A spiffy website is only one aspect of an online strategy, however. You still need to get people to visit it. You'll want to consider factors like search engine optimization (SEO) so that, for example, the phrase "kitchen cleaning Rochester" will return your website in the top results.
You may also want to use social media to build brand recognition, steer traffic to your site, and announce specials or changes to your services.
If it's just you and a cart full of cleaning supplies, you can skip this part. However, if you're planning to grow beyond what one mere mortal can clean in a day, you may be taking on more people.

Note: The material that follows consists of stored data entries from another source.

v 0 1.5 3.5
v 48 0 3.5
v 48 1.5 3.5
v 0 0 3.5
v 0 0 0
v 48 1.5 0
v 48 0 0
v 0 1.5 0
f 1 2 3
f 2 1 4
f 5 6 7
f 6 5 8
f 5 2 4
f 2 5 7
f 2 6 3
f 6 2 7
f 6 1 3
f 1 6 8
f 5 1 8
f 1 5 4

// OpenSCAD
// file: standards.scad
////////////////////////////////////////////////////////////////////////////////
twoByFourWidth = 1.5;
twoByFourHeight = 3.5;
////////////////////////////////////////////////////////////////////////////////

enableDrywall = 1;
// main file
include<standards.scad>;

module twoByFour(length)
{
  cube([ length, twoByFourWidth, twoByFourHeight ]);
}

twoByFour(48);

Taking on additional people as employees come with many advantages: you'll be able to get significantly more work done, have a larger pool of expertise to draw from, and be more flexible with scheduling. This does come with some additional costs, as you'll be paying some of the taxes on their salary as well as offering benefits (at least in theory), so be sure to grow your staff wisely and at a pace that fits the amount of business your generating.
In exchange, you're allowed greater control over the parameters of how your employee works, where, and at what time. Setting a wage that's fair and not abusing this relationship will generally improve morale and help you avoid the costly process of employee turnover.
If you aren't quite ready to take on employees but need additional help, you can hire contractors. Contractors are free agents who work for themselves even though they may be regularly and continuously used by a particular client (that's you). Since they're self-employed, you don't have to worry about additional expenses beyond paying their fee.
Beware that many businesses make the mistake of treating 1099 contractors as employees, which can get you into pretty serious trouble. If you want to have employees, you have to hire them. As a general rule, you have no say over what jobs a contractor decides to take, the methods they use to complete the job, or the precise time they choose to do it.
Advertise Your Business
A strong web presence and social media campaign can get help get your name out, but we aren't quite at the point where advertising is obsolete.
Since a cleaning business is constrained by geography, you have to physically send someone out to do the job. That means you can use your modest advertising budget to buy ads in your local market, which is usually cheaper than trying to grab eyeballs from several states away. Ideally, you'll want to seek ad platforms utilized by the types of people who are likely to buy your services. Cash-strapped kids at the local state college campus probably don't have a budget for cleaning services, for example (although some fraternities or sororities may), while busy soccer moms might.
Once you know who you're advertising to, you can select a medium that fits your target demographic. Once you start getting new customers, ask them where they heard about your business so you can get a sense of which ads are working and which aren't.
Even if you don't have money to spend on advertising right away, put the word out to your own social network that you're offering cleaning services. Word can spread fast, especially if you have a reputation as a trustworthy person.
We still haven't invented self-cleaning spaces, so you have a potentially bottomless demand for your services. With relatively low overhead, a housekeeping or cleaning business is one of the more accessible industries to jump into, so if you have the skills and the inclination, why not give it a try?